Briefing Notes, 9 April 2013
This is a summary of what was said by UNHCR spokesperson Melissa Fleming – to whom quoted text may be attributed – at the press briefing, on 9 April 2013, at the Palais des Nations in Geneva.
UNHCR welcomes the new stateless determination procedure that came in to effect in the United Kingdom this past weekend (06 April).
The procedure allows stateless people, currently living on the margins of society and in legal limbo, a route to be formally recognised as stateless persons and to legalize their presence in the UK. As such, it is a landmark step.
The new procedure is also a positive example to other countries that are parties to the 1954 Convention relating to the Status of Stateless Persons but which have not taken steps to implement the Convention by establishing a statelessness determination procedure and a protection status for stateless people.
Introduction and implementation of a fair and efficient procedure to identify stateless people in the UK was one of the key recommendations of a 2011 study carried out by UNHCR and our NGO partner Asylum Aid.
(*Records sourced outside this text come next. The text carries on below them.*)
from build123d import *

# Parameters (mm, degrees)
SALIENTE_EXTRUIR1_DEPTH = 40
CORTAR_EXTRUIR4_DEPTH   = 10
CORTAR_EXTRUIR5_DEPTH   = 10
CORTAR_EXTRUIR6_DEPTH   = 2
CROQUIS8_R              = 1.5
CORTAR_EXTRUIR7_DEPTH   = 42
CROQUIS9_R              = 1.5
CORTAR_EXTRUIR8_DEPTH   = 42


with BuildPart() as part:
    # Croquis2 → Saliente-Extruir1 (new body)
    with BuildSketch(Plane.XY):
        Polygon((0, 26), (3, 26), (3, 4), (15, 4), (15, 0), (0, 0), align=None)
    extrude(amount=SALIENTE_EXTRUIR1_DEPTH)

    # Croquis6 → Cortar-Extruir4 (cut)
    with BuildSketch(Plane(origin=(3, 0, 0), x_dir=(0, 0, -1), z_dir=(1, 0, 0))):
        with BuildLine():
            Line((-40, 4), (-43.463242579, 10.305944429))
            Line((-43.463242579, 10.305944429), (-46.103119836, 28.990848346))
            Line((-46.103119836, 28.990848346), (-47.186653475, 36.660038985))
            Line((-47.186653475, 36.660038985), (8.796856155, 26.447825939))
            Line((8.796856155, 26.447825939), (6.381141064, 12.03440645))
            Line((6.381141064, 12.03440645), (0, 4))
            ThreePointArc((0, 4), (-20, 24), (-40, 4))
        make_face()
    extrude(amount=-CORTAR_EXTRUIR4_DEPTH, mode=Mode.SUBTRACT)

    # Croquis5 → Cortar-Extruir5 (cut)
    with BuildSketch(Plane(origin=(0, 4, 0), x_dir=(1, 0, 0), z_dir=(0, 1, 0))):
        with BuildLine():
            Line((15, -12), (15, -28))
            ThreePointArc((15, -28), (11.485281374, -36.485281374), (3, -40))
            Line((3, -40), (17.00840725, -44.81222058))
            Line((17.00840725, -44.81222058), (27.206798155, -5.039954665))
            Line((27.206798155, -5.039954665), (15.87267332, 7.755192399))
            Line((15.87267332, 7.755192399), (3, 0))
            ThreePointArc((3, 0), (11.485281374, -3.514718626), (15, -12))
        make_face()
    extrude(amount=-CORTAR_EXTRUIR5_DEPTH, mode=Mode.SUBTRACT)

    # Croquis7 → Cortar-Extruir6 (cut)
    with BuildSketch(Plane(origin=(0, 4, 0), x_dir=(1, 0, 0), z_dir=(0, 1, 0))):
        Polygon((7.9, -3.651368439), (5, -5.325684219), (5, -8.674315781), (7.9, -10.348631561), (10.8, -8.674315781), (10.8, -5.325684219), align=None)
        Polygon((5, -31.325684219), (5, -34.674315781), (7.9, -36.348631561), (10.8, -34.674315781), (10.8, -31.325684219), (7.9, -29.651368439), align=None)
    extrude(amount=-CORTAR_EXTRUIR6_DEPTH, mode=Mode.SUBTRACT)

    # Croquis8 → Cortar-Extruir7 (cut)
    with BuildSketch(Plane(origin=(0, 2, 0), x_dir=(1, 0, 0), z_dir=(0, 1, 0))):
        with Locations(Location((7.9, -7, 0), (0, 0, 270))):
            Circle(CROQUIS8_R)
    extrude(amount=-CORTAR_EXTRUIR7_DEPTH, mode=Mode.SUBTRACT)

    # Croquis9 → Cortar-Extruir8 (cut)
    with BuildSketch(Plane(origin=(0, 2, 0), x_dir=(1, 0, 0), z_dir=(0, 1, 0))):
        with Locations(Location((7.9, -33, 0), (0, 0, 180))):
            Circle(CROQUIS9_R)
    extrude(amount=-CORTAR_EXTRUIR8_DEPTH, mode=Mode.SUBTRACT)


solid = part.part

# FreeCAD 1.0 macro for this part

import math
import FreeCAD as App
import Part
import Sketcher

V = App.Vector
Q = App.Units.Quantity


def add_polygon(sketch, points):
    """Adds a closed chain of lines whose ends are joined by coincident constraints."""
    first, n = sketch.GeometryCount, len(points)
    for a, b in zip(points, points[1:] + points[:1]):
        sketch.addGeometry(Part.LineSegment(App.Vector(*a, 0), App.Vector(*b, 0)), False)
    for i in range(n):
        sketch.addConstraint(Sketcher.Constraint("Coincident", first + i, 2, first + (i + 1) % n, 1))

doc = App.newDocument("Part")
body = doc.addObject("PartDesign::Body", "Body")

sketch1 = body.newObject("Sketcher::SketchObject", "Sketch")
sketch1.AttachmentSupport = (doc.getObject("XY_Plane"), [""])
sketch1.MapMode = "FlatFace"
add_polygon(sketch1, [(3, 26), (0, 26), (0, 0), (15, 0), (15, 4), (3, 4)])
sketch1.addConstraint(Sketcher.Constraint("Horizontal", 0))
sketch1.addConstraint(Sketcher.Constraint("Vertical", 1))
sketch1.addConstraint(Sketcher.Constraint("Horizontal", 2))
sketch1.addConstraint(Sketcher.Constraint("Vertical", 3))
sketch1.addConstraint(Sketcher.Constraint("Horizontal", 4))
sketch1.addConstraint(Sketcher.Constraint("Vertical", 5))
sketch1.addConstraint(Sketcher.Constraint("Coincident", 1, 2, -1, 1))
sketch1.addConstraint(Sketcher.Constraint("DistanceX", 0, 2, 0, 1, 3.0))
sketch1.addConstraint(Sketcher.Constraint("DistanceX", 2, 1, 2, 2, 15.0))
sketch1.addConstraint(Sketcher.Constraint("DistanceY", 1, 2, 1, 1, 26.0))
sketch1.addConstraint(Sketcher.Constraint("DistanceY", 3, 1, 3, 2, 4.0))
pad1 = body.newObject("PartDesign::Pad", "Pad")
pad1.Profile = sketch1
pad1.Length = 40

sketch2 = body.newObject("Sketcher::SketchObject", "Sketch001")
sketch2.AttachmentSupport = (doc.getObject("YZ_Plane"), [""])
sketch2.MapMode = "FlatFace"
sketch2.AttachmentOffset = App.Placement(V(0, 0, 3), App.Rotation())
sketch2.addGeometry(Part.LineSegment(V(10, 43, 0), V(4, 40, 0)), False)
sketch2.addGeometry(Part.ArcOfCircle(Part.Circle(V(4, 20, 0), V(0, 0, 1), 20), math.radians(-90), math.radians(90)), False)
sketch2.addGeometry(Part.LineSegment(V(4, 0, 0), V(12, -6, 0)), False)
sketch2.addGeometry(Part.LineSegment(V(12, -6, 0), V(26, -9, 0)), False)
sketch2.addGeometry(Part.LineSegment(V(26, -9, 0), V(37, 47, 0)), False)
sketch2.addGeometry(Part.LineSegment(V(37, 47, 0), V(29, 46, 0)), False)
sketch2.addGeometry(Part.LineSegment(V(29, 46, 0), V(10, 43, 0)), False)
sketch2.addConstraint(Sketcher.Constraint("Coincident", 0, 2, 1, 2))
sketch2.addConstraint(Sketcher.Constraint("Coincident", 1, 1, 2, 1))
sketch2.addConstraint(Sketcher.Constraint("Coincident", 2, 2, 3, 1))
sketch2.addConstraint(Sketcher.Constraint("Coincident", 3, 2, 4, 1))
sketch2.addConstraint(Sketcher.Constraint("Coincident", 4, 2, 5, 1))
sketch2.addConstraint(Sketcher.Constraint("Coincident", 5, 2, 6, 1))
sketch2.addConstraint(Sketcher.Constraint("Coincident", 6, 2, 0, 1))
sketch2.addConstraint(Sketcher.Constraint("PointOnObject", 1, 1, -1))
sketch2.addConstraint(Sketcher.Constraint("Parallel", 5, 6))
sketch2.addConstraint(Sketcher.Constraint("Vertical", 1, 3, 0, 2))
sketch2.addConstraint(Sketcher.Constraint("Vertical", 0, 2, 1, 1))
sketch2.addConstraint(Sketcher.Constraint("Radius", 1, 20.0))
sketch2.addConstraint(Sketcher.Constraint("DistanceX", -1, 1, 1, 3, 4.0))
sketch2.addConstraint(Sketcher.Constraint("Distance", 0, 7.194372))
sketch2.addConstraint(Sketcher.Constraint("Distance", 2, 10.260149))
sketch2.addConstraint(Sketcher.Constraint("Distance", 6, 18.870469))
sketch2.addConstraint(Sketcher.Constraint("DistanceY", 2, 2, -1, 1, 6.381141))
sketch2.addConstraint(Sketcher.Constraint("DistanceX", -1, 1, 4, 2, 36.660039))
sketch2.addConstraint(Sketcher.Constraint("DistanceX", -1, 1, 5, 2, 28.990848))
sketch2.addConstraint(Sketcher.Constraint("DistanceY", -1, 1, 5, 2, 46.10312))
sketch2.addConstraint(Sketcher.Constraint("DistanceX", 2, 2, 3, 2, 14.413419))
sketch2.addConstraint(Sketcher.Constraint("DistanceY", 3, 2, 4, 2, 55.98351))
pocket1 = body.newObject("PartDesign::Pocket", "Pocket")
pocket1.Profile = sketch2
pocket1.Length = 10

sketch3 = body.newObject("Sketcher::SketchObject", "Sketch002")
sketch3.AttachmentSupport = (doc.getObject("XZ_Plane"), [""])
sketch3.MapMode = "FlatFace"
sketch3.AttachmentOffset = App.Placement(V(0, 0, -4), App.Rotation())
sketch3.addGeometry(Part.LineSegment(V(15, 12, 0), V(15, 28, 0)), False)
sketch3.addGeometry(Part.ArcOfCircle(Part.Circle(V(3, 28, 0), V(0, 0, 1), 12), math.radians(0), math.radians(90)), False)
sketch3.addGeometry(Part.LineSegment(V(3, 40, 0), V(17, 45, 0)), False)
sketch3.addGeometry(Part.LineSegment(V(17, 45, 0), V(27, 5, 0)), False)
sketch3.addGeometry(Part.LineSegment(V(27, 5, 0), V(16, -8, 0)), False)
sketch3.addGeometry(Part.LineSegment(V(16, -8, 0), V(3, 0, 0)), False)
sketch3.addGeometry(Part.ArcOfCircle(Part.Circle(V(3, 12, 0), V(0, 0, 1), 12), math.radians(-90), math.radians(0)), False)
sketch3.addConstraint(Sketcher.Constraint("Tangent", 0, 2, 1, 1))
sketch3.addConstraint(Sketcher.Constraint("Coincident", 1, 2, 2, 1))
sketch3.addConstraint(Sketcher.Constraint("Coincident", 2, 2, 3, 1))
sketch3.addConstraint(Sketcher.Constraint("Coincident", 3, 2, 4, 1))
sketch3.addConstraint(Sketcher.Constraint("Coincident", 4, 2, 5, 1))
sketch3.addConstraint(Sketcher.Constraint("Coincident", 5, 2, 6, 1))
sketch3.addConstraint(Sketcher.Constraint("Tangent", 6, 2, 0, 1))
sketch3.addConstraint(Sketcher.Constraint("Vertical", 0))
sketch3.addConstraint(Sketcher.Constraint("Equal", 1, 6))
sketch3.addConstraint(Sketcher.Constraint("PointOnObject", 5, 2, -1))
sketch3.addConstraint(Sketcher.Constraint("Vertical", 6, 3, 1, 2))
sketch3.addConstraint(Sketcher.Constraint("Vertical", 1, 2, 5, 2))
sketch3.addConstraint(Sketcher.Constraint("Radius", 1, 12.0))
sketch3.addConstraint(Sketcher.Constraint("DistanceY", 0, 1, 0, 2, 16.0))
sketch3.addConstraint(Sketcher.Constraint("DistanceX", -1, 1, 1, 3, 3.0))
sketch3.addConstraint(Sketcher.Constraint("DistanceX", -1, 1, 3, 2, 27.206798))
sketch3.addConstraint(Sketcher.Constraint("Distance", 2, 14.811919))
sketch3.addConstraint(Sketcher.Constraint("Distance", 4, 17.09322))
sketch3.addConstraint(Sketcher.Constraint("DistanceY", -1, 1, 2, 2, 44.812221))
sketch3.addConstraint(Sketcher.Constraint("Distance", 3, 41.058986))
sketch3.addConstraint(Sketcher.Constraint("Distance", 5, 15.028264))
pocket2 = body.newObject("PartDesign::Pocket", "Pocket001")
pocket2.Profile = sketch3
pocket2.Length = 10
pocket2.Reversed = True

sketch4 = body.newObject("Sketcher::SketchObject", "Sketch003")
sketch4.AttachmentSupport = (doc.getObject("XZ_Plane"), [""])
sketch4.MapMode = "FlatFace"
sketch4.AttachmentOffset = App.Placement(V(0, 0, -4), App.Rotation())
add_polygon(sketch4, [(7.9, 3.7), (5, 5.3), (5, 8.7), (7.9, 10.3), (10.8, 8.7), (10.8, 5.3)])
add_polygon(sketch4, [(5, 31.3), (5, 34.7), (7.9, 36.3), (10.8, 34.7), (10.8, 31.3), (7.9, 29.7)])
sketch4.addConstraint(Sketcher.Constraint("Vertical", 1))
sketch4.addConstraint(Sketcher.Constraint("Vertical", 4))
sketch4.addConstraint(Sketcher.Constraint("Vertical", 6))
sketch4.addConstraint(Sketcher.Constraint("Vertical", 9))
sketch4.addConstraint(Sketcher.Constraint("Parallel", 0, 3))
sketch4.addConstraint(Sketcher.Constraint("Parallel", 2, 5))
sketch4.addConstraint(Sketcher.Constraint("Parallel", 5, 7))
sketch4.addConstraint(Sketcher.Constraint("Parallel", 3, 8))
sketch4.addConstraint(Sketcher.Constraint("Parallel", 7, 10))
sketch4.addConstraint(Sketcher.Constraint("Parallel", 8, 11))
sketch4.addConstraint(Sketcher.Constraint("Horizontal", 1, 2, 3, 2))
sketch4.addConstraint(Sketcher.Constraint("Horizontal", 0, 2, 4, 2))
sketch4.addConstraint(Sketcher.Constraint("Horizontal", 6, 2, 8, 2))
sketch4.addConstraint(Sketcher.Constraint("Horizontal", 9, 2, 11, 2))
sketch4.addConstraint(Sketcher.Constraint("Vertical", 2, 2, 5, 2))
sketch4.addConstraint(Sketcher.Constraint("Vertical", 1, 2, 6, 2))
sketch4.addConstraint(Sketcher.Constraint("Vertical", 5, 2, 7, 2))
sketch4.addConstraint(Sketcher.Constraint("Equal", 4, 6))
sketch4.addConstraint(Sketcher.Constraint("Angle", 0, Q("150 deg")))
sketch4.addConstraint(Sketcher.Constraint("DistanceX", -1, 1, 0, 2, 5.0))
sketch4.addConstraint(Sketcher.Constraint("DistanceY", 1, 2, 6, 2, 26.0))
sketch4.addConstraint(Sketcher.Constraint("DistanceX", -1, 1, 2, 2, 7.9))
sketch4.addConstraint(Sketcher.Constraint("DistanceY", 1, 1, 1, 2, 3.348632))
sketch4.addConstraint(Sketcher.Constraint("DistanceY", -1, 1, 2, 2, 10.348632))
pocket3 = body.newObject("PartDesign::Pocket", "Pocket002")
pocket3.Profile = sketch4
pocket3.Length = 2
pocket3.Reversed = True

sketch5 = body.newObject("Sketcher::SketchObject", "Sketch004")
sketch5.AttachmentSupport = (doc.getObject("XZ_Plane"), [""])
sketch5.MapMode = "FlatFace"
sketch5.AttachmentOffset = App.Placement(V(0, 0, -2), App.Rotation())
sketch5.addGeometry(Part.Circle(V(7.9, 7, 0), V(0, 0, 1), 1.5), False)
sketch5.addConstraint(Sketcher.Constraint("Diameter", 0, 3.0))
sketch5.addConstraint(Sketcher.Constraint("DistanceY", -1, 1, 0, 3, 7.0))
sketch5.addConstraint(Sketcher.Constraint("DistanceX", -1, 1, 0, 3, 7.9))
pocket4 = body.newObject("PartDesign::Pocket", "Pocket003")
pocket4.Profile = sketch5
pocket4.Length = 42
pocket4.Reversed = True

sketch6 = body.newObject("Sketcher::SketchObject", "Sketch005")
sketch6.AttachmentSupport = (doc.getObject("XZ_Plane"), [""])
sketch6.MapMode = "FlatFace"
sketch6.AttachmentOffset = App.Placement(V(0, 0, -2), App.Rotation())
sketch6.addGeometry(Part.Circle(V(7.9, 33, 0), V(0, 0, 1), 1.5), False)
sketch6.addConstraint(Sketcher.Constraint("Diameter", 0, 3.0))
sketch6.addConstraint(Sketcher.Constraint("DistanceY", -1, 1, 0, 3, 33.0))
sketch6.addConstraint(Sketcher.Constraint("DistanceX", -1, 1, 0, 3, 7.9))
pocket5 = body.newObject("PartDesign::Pocket", "Pocket004")
pocket5.Profile = sketch6
pocket5.Length = 42
pocket5.Reversed = True

doc.recompute()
This research – conducted in the context of the 50th anniversary of the 1961 Convention on the Reduction of Statelessness – found that stateless people who had come to the UK in a migration context were not being identified as such. This put them at risk of destitution, as well as costly immigration detention and lack of access to basic rights and services.
During 2012, UNHCR provided input to the Home Office on the design of a procedure which would allow for the identification of stateless individuals and which would ensure that they receive protection.
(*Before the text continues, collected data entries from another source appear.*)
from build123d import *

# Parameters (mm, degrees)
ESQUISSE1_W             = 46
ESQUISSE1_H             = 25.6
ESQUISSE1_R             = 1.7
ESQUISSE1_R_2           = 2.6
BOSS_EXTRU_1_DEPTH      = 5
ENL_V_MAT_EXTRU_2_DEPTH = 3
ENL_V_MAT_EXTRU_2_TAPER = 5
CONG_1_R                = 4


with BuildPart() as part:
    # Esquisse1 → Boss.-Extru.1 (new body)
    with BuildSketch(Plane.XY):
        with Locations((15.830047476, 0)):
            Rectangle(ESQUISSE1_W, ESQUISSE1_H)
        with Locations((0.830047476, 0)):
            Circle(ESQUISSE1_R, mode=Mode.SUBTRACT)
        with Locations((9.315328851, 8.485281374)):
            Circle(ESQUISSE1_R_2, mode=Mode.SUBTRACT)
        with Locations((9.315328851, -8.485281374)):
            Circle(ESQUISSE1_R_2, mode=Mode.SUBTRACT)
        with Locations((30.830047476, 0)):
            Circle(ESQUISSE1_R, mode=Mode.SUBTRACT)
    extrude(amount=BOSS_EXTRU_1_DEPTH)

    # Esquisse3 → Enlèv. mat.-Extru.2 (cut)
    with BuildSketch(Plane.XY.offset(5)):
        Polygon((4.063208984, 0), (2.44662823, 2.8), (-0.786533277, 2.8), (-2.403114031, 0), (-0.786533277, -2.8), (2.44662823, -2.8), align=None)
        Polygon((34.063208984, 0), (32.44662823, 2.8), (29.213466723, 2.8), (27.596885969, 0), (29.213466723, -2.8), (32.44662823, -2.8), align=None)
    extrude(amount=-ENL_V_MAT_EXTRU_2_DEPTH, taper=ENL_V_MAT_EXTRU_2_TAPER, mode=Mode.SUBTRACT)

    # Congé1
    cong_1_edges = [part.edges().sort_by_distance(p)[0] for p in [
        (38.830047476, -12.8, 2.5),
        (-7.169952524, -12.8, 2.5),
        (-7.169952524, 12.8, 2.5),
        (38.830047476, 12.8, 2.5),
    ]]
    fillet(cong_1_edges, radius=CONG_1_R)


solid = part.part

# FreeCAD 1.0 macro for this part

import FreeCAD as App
import Part
import Sketcher
from FreeCAD import Vector
Q = App.Units.Quantity


def edges_at(feature, points):
    """Names of the edges that pass closest to the given points."""
    edges = feature.Shape.Edges
    near = lambda p: min(range(len(edges)), key=lambda i: edges[i].distToShape(Part.Vertex(*p))[0])
    return sorted({f"Edge{near(p) + 1}" for p in points})

doc = App.newDocument("Part")
body = doc.addObject("PartDesign::Body", "Body")

sketch1 = body.newObject("Sketcher::SketchObject", "Sketch")
sketch1.AttachmentSupport = (doc.getObject("XY_Plane"), [""])
sketch1.MapMode = "FlatFace"
sketch1.addGeometry([
    Part.LineSegment(Vector(-7.2, 12.8, 0), Vector(-7.2, -12.8, 0)),
    Part.LineSegment(Vector(-7.2, -12.8, 0), Vector(38.8, -12.8, 0)),
    Part.LineSegment(Vector(38.8, -12.8, 0), Vector(38.8, 12.8, 0)),
    Part.LineSegment(Vector(38.8, 12.8, 0), Vector(-7.2, 12.8, 0)),
    Part.Circle(Vector(9.3, -8.5, 0), Vector(0, 0, 1), 2.6),
    Part.Circle(Vector(0.8, 0, 0), Vector(0, 0, 1), 1.7),
    Part.Circle(Vector(9.3, 8.5, 0), Vector(0, 0, 1), 2.6),
    Part.Circle(Vector(30.8, 0, 0), Vector(0, 0, 1), 1.7),
], False)
sketch1.addConstraint([
    Sketcher.Constraint("Coincident", 0, 2, 1, 1),
    Sketcher.Constraint("Coincident", 1, 2, 2, 1),
    Sketcher.Constraint("Coincident", 2, 2, 3, 1),
    Sketcher.Constraint("Coincident", 3, 2, 0, 1),
    Sketcher.Constraint("Vertical", 0),
    Sketcher.Constraint("Horizontal", 1),
    Sketcher.Constraint("Vertical", 2),
    Sketcher.Constraint("Horizontal", 3),
    Sketcher.Constraint("Equal", 4, 6),
    Sketcher.Constraint("Equal", 5, 7),
    Sketcher.Constraint("Symmetric", 4, 3, 6, 3, -1),
    Sketcher.Constraint("PointOnObject", 5, 3, -1),
    Sketcher.Constraint("PointOnObject", 7, 3, -1),
    Sketcher.Constraint("Diameter", 4, Q("5.2 mm")),
    Sketcher.Constraint("Diameter", 5, Q("3.4 mm")),
    Sketcher.Constraint("DistanceX", 1, 1, 1, 2, Q("46 mm")),
    Sketcher.Constraint("DistanceY", 0, 2, 0, 1, Q("25.6 mm")),
    Sketcher.Constraint("DistanceX", 5, 3, 7, 3, Q("30 mm")),
    Sketcher.Constraint("DistanceX", 0, 2, 5, 3, Q("8 mm")),
    Sketcher.Constraint("DistanceY", 0, 2, -1, 1, Q("12.8 mm")),
    Sketcher.Constraint("DistanceX", -1, 1, 4, 3, Q("9.315329 mm")),
    Sketcher.Constraint("DistanceY", 4, 3, -1, 1, Q("8.485281 mm")),
    Sketcher.Constraint("DistanceX", 5, 3, 4, 3, Q("8.485281 mm")),
])
pad1 = body.newObject("PartDesign::Pad", "Pad")
pad1.Profile = sketch1
pad1.Length = 5

sketch2 = body.newObject("Sketcher::SketchObject", "Sketch001")
sketch2.AttachmentSupport = (doc.getObject("XY_Plane"), [""])
sketch2.MapMode = "FlatFace"
sketch2.AttachmentOffset = App.Placement(Vector(0, 0, 5), App.Rotation())
sketch2.addGeometry([
    Part.LineSegment(Vector(4.1, 0, 0), Vector(2.4, 2.8, 0)),
    Part.LineSegment(Vector(2.4, 2.8, 0), Vector(-0.8, 2.8, 0)),
    Part.LineSegment(Vector(-0.8, 2.8, 0), Vector(-2.4, 0, 0)),
    Part.LineSegment(Vector(-2.4, 0, 0), Vector(-0.8, -2.8, 0)),
    Part.LineSegment(Vector(-0.8, -2.8, 0), Vector(2.4, -2.8, 0)),
    Part.LineSegment(Vector(2.4, -2.8, 0), Vector(4.1, 0, 0)),
    Part.LineSegment(Vector(34.1, 0, 0), Vector(32.4, 2.8, 0)),
    Part.LineSegment(Vector(32.4, 2.8, 0), Vector(29.2, 2.8, 0)),
    Part.LineSegment(Vector(29.2, 2.8, 0), Vector(27.6, 0, 0)),
    Part.LineSegment(Vector(27.6, 0, 0), Vector(29.2, -2.8, 0)),
    Part.LineSegment(Vector(29.2, -2.8, 0), Vector(32.4, -2.8, 0)),
    Part.LineSegment(Vector(32.4, -2.8, 0), Vector(34.1, 0, 0)),
], False)
sketch2.addConstraint([
    Sketcher.Constraint("Coincident", 0, 2, 1, 1),
    Sketcher.Constraint("Coincident", 1, 2, 2, 1),
    Sketcher.Constraint("Coincident", 2, 2, 3, 1),
    Sketcher.Constraint("Coincident", 3, 2, 4, 1),
    Sketcher.Constraint("Coincident", 4, 2, 5, 1),
    Sketcher.Constraint("Coincident", 5, 2, 0, 1),
    Sketcher.Constraint("Coincident", 6, 2, 7, 1),
    Sketcher.Constraint("Coincident", 7, 2, 8, 1),
    Sketcher.Constraint("Coincident", 8, 2, 9, 1),
    Sketcher.Constraint("Coincident", 9, 2, 10, 1),
    Sketcher.Constraint("Coincident", 10, 2, 11, 1),
    Sketcher.Constraint("Coincident", 11, 2, 6, 1),
    Sketcher.Constraint("Horizontal", 1),
    Sketcher.Constraint("Horizontal", 4),
    Sketcher.Constraint("Horizontal", 7),
    Sketcher.Constraint("Horizontal", 10),
    Sketcher.Constraint("Symmetric", 1, 2, 3, 2, -1),
    Sketcher.Constraint("Symmetric", 7, 2, 9, 2, -1),
    Sketcher.Constraint("PointOnObject", 2, 2, -1),
    Sketcher.Constraint("PointOnObject", 5, 2, -1),
    Sketcher.Constraint("PointOnObject", 8, 2, -1),
    Sketcher.Constraint("PointOnObject", 11, 2, -1),
    Sketcher.Constraint("Parallel", 0, 3),
    Sketcher.Constraint("Parallel", 2, 5),
    Sketcher.Constraint("Parallel", 3, 6),
    Sketcher.Constraint("Parallel", 5, 8),
    Sketcher.Constraint("Parallel", 8, 11),
    Sketcher.Constraint("Horizontal", 1, 2, 6, 2),
    Sketcher.Constraint("Equal", 4, 7),
    Sketcher.Constraint("Angle", 0, Q("120 deg")),
    Sketcher.Constraint("DistanceX", 0, 2, 6, 2, Q("30 mm")),
    Sketcher.Constraint("DistanceY", -1, 1, 0, 2, Q("2.8 mm")),
    Sketcher.Constraint("DistanceX", 1, 2, 1, 1, Q("3.233162 mm")),
    Sketcher.Constraint("DistanceX", -1, 1, 0, 2, Q("2.446628 mm")),
])
pocket1 = body.newObject("PartDesign::Pocket", "Pocket")
pocket1.Profile = sketch2
pocket1.Length = 3
pocket1.TaperAngle = -5
doc.recompute()

fillet = body.newObject("PartDesign::Fillet", "Fillet")
fillet.Base = (pocket1, edges_at(pocket1, [
    (38.83, -12.8, 2.5),
    (-7.17, -12.8, 2.5),
    (-7.17, 12.8, 2.5),
    (38.83, 12.8, 2.5),
]))
fillet.Radius = 4

doc.recompute()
A key feature of the new procedure is that it assesses whether an individual does in fact possess a nationality or whether they require protection in the UK. The 2011 research found that there are around 150 to 200 people each year who claim asylum and are recorded as being stateless by the UK Home Office.
The UK has ratified both the 1954 Convention relating to the Status of Stateless Persons and the 1961 Convention on the Reduction of Statelessness.
The UK's new procedure is among several recent developments internationally regarding statelessness. In the first three months of 2013 Ukraine has acceded to both the 1954 Convention relating to the Status of Stateless Persons, and the 1961 Convention on the Reduction of Statelessness, while Jamaica has acceded to the '61 Convention.